My employer (a well known ambulance service) has started offering free cycling lessons to staff, provided by our local friendly cycle responders. Obviously I snapped up a place on the “Confident Cyclist” course. Nothing makes you feel more confident about getting on a contraption than having a medically qualified person chasing you around.
I was rather excited to get on a nee naw bike, which is a customised Specialized mountain bike (it is painted green and yellow but doesn’t have an actual siren unfortunately). I’m told these things are a bugger to ride once they have all the kit on because they are so heavy but without the kit it was actually very comfortable and felt quite similar to my own chunky hybrid (which is a Scott Sub Comfort). The main difference was that you changed gears by pressing a button. I liked this better than the twisty thing on my bike.
Mr Bicycle Paramedic tried to get me to ride the nee naw contraption up and down the ambulance garage but it was a bit of a tight space and I got a bit of performance anxiety so we went out on the roads instead. I did not tell him about my triathlon ambitions because a) I thought he would boggle at the fact that someone absolutely terrified of bicycles was willingly paying to ride one at high speed in public view b) I won’t be doing a triathlon for at least seven months and need to concentrate on the goal of actually using the bike as a mode of transport and not just riding in circles round Tottenham Marshes.

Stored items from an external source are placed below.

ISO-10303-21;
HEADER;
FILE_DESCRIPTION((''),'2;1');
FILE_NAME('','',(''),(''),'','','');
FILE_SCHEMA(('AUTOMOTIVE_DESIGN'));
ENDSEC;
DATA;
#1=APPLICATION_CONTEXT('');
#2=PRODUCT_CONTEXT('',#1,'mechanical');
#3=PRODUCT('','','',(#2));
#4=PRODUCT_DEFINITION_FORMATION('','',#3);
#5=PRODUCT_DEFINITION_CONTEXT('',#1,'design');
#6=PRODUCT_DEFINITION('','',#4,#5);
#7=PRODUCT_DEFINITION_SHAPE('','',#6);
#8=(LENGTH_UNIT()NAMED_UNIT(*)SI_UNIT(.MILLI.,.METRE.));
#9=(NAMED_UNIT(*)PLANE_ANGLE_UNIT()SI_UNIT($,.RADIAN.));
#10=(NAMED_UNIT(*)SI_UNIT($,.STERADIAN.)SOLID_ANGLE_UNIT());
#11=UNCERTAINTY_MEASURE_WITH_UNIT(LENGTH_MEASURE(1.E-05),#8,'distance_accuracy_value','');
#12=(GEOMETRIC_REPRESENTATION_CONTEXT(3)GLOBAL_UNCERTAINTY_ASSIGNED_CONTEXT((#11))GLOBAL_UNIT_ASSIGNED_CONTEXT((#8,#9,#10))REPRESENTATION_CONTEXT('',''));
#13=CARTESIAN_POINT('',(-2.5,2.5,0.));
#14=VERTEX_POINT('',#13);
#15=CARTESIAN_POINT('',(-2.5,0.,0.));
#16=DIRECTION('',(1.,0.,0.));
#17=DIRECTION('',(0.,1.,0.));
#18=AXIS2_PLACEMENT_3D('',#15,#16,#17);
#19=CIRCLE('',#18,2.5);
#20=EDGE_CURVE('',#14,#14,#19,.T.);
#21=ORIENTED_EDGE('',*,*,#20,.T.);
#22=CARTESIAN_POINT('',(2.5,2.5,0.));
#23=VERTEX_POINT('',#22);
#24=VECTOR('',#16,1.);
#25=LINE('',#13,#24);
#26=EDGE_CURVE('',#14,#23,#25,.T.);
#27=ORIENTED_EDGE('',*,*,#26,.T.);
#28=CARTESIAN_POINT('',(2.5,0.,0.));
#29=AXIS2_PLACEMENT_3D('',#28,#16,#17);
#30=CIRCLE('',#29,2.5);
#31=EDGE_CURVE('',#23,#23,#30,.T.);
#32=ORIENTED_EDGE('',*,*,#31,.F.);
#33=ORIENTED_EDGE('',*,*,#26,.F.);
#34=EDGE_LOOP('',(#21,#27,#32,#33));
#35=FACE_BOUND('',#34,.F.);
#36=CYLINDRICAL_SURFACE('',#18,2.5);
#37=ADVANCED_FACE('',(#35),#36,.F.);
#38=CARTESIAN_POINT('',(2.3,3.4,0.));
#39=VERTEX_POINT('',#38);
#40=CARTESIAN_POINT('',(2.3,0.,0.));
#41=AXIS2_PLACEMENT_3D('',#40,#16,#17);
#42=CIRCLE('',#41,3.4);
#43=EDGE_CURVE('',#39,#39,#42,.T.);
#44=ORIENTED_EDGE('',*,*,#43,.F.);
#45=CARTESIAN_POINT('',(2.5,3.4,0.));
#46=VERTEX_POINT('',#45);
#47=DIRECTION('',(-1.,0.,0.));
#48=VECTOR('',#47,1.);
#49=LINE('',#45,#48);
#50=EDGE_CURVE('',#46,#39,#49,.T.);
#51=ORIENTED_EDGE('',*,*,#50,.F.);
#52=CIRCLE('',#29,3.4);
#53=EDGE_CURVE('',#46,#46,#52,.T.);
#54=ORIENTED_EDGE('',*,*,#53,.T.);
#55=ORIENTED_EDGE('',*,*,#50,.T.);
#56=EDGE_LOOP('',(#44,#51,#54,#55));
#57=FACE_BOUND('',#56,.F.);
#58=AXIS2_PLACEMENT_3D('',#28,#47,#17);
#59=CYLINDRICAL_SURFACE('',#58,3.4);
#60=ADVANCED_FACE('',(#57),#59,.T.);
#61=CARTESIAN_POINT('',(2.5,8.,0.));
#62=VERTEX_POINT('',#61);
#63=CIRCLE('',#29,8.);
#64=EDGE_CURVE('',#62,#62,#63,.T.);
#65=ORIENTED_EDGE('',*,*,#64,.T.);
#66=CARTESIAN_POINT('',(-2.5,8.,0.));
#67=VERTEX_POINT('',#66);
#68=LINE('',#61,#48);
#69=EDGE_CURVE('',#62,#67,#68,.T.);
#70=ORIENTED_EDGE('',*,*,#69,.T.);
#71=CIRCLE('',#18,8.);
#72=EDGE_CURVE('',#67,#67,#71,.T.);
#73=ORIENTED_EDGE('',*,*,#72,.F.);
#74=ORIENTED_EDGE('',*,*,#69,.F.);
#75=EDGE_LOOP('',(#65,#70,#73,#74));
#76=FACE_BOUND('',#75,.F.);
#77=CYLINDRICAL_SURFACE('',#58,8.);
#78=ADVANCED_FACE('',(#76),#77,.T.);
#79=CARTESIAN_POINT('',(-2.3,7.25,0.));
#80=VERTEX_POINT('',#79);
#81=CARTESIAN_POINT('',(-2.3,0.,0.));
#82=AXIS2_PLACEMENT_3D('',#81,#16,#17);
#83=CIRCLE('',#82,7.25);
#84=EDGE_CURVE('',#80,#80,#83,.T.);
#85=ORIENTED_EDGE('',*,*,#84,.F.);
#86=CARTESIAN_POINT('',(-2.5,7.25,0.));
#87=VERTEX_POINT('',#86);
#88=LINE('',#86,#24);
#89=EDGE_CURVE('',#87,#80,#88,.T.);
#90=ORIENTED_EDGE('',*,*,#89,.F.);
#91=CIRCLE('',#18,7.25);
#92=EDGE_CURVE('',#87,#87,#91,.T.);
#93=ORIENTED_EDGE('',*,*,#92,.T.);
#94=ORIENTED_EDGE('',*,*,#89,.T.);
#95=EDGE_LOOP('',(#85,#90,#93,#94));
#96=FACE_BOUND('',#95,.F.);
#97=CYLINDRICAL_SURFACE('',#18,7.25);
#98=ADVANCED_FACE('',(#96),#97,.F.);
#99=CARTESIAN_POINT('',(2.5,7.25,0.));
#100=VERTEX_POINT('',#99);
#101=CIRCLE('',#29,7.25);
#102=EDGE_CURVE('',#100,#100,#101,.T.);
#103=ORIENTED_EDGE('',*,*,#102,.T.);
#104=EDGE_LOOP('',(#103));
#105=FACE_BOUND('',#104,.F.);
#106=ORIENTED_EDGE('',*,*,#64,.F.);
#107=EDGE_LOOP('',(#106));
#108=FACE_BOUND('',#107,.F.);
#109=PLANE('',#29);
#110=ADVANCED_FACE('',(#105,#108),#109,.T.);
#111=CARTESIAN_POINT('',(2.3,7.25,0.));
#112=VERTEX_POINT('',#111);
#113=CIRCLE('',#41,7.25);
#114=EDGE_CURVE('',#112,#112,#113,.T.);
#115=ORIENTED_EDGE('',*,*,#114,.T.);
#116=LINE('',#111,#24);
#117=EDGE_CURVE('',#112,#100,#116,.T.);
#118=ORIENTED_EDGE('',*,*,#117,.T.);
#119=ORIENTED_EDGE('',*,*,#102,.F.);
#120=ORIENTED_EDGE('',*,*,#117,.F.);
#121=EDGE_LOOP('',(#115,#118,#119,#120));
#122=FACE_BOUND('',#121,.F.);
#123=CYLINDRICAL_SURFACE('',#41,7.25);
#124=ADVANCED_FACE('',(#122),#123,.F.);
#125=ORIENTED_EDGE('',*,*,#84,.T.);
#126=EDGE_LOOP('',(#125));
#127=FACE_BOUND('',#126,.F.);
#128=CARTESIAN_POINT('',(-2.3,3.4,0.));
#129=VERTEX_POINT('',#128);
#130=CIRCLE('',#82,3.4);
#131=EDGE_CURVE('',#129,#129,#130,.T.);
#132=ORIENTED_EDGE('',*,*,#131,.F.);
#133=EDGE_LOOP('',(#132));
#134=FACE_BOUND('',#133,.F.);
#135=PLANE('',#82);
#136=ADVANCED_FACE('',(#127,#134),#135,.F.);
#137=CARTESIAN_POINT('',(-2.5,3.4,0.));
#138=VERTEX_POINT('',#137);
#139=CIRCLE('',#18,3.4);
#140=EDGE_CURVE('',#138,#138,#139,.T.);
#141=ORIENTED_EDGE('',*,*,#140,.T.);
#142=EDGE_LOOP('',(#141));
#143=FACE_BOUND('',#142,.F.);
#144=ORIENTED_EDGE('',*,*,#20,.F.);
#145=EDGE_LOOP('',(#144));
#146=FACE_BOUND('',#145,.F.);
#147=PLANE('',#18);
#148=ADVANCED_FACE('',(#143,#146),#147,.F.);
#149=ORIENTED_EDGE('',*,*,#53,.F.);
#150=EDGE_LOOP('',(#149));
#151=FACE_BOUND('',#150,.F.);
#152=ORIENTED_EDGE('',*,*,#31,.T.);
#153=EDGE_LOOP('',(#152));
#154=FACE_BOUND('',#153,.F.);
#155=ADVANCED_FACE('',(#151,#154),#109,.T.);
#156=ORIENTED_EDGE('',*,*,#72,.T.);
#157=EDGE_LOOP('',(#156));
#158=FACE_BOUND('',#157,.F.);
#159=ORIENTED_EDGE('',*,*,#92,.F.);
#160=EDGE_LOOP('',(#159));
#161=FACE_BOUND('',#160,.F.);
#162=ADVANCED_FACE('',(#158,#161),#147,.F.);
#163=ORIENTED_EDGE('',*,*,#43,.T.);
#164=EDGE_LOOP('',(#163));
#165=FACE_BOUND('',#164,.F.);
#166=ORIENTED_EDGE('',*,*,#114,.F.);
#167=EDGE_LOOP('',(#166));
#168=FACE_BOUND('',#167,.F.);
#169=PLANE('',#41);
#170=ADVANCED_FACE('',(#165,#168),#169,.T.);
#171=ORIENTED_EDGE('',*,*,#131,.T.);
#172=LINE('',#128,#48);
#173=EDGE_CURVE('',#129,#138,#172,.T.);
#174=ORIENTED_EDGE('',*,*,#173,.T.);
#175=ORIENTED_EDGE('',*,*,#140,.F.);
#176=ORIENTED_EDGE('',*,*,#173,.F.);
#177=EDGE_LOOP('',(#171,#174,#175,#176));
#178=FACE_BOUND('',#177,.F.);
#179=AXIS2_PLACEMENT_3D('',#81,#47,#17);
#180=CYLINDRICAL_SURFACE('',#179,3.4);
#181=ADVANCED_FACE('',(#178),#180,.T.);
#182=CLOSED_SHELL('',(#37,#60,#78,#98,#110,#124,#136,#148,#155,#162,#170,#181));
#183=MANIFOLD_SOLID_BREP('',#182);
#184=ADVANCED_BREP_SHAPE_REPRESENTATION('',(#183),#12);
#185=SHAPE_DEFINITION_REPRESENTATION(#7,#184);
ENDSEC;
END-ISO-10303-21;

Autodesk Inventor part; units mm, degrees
ref_plane "YZ Plane" through (0, 0, 0) normal (1, 0, 0) x (0, 1, 0)
ref_plane "XZ Plane" through (0, 0, 0) normal (0, 1, 0) x (-1, 0, 0)
ref_plane "XY Plane" through (0, 0, 0) normal (0, 0, 1) x (1, 0, 0)
sketch "Sketch_1" plane through (0, 0, 0) normal (0, 0, 1) x (1, 0, 0)
  line L0 (50, 0) -> (-50, 0)
  line L1 (-2.5, 7.25) -> (-2.3, 7.25)
  line L2 (-2.3, 7.25) -> (-2.3, 3.4)
  line L3 (-2.3, 3.4) -> (-2.5, 3.4)
  line L4 (-2.5, 3.4) -> (-2.5, 2.5)
  line L5 (-2.5, 2.5) -> (2.5, 2.5)
  line L6 (2.5, 2.5) -> (2.5, 3.4)
  line L7 (2.5, 3.4) -> (2.3, 3.4)
  line L8 (2.3, 3.4) -> (2.3, 7.25)
  line L9 (2.3, 7.25) -> (2.5, 7.25)
  line L10 (2.5, 7.25) -> (2.5, 8)
  line L11 (2.5, 8) -> (-2.5, 8)
  line L12 (-2.5, 8) -> (-2.5, 7.25)
revolve "Revolution1" add sketch "Sketch_1" angle 360 about axis through (50, 0, 0) along (1, 0, 0)
properties part number "riku_mae_bis17_625-ZZ-MAE"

We did about fifty-nine thousand laps of some quiet Waterloo back streets, during which I practiced my left signal (fine) and my right signal (a bit wobbly). Both contraption riding and swimming have taught me that I am not as ambidextrous as I used to think I was. I can write legibly with my left hand and never know which hand is which anyway, but I now realise that my right side is a lot stronger and better coordinated for big movements than my left. Anyway Mr Bicycle Paramedic was quite positive about my cycling! He said I was “fine once I got moving”, “good at positioning” and “not as wobbly as other people with your levels of anxiety”. He gave me some useful tips about my dealings with motorists. I learnt that I am inadvertently letting them walk all over me by getting out of their way or slowing down when they approach, anticipating the worst, and instead I should stand my ground and not give them room to pass me if it was too tight. Same with pedestrians who walk out in the road – do not stop pedalling and do not brake, instead go straight at them and they will move. (Obviously I will not try this if they have headphones on and are engrossed in Pokemon Go.)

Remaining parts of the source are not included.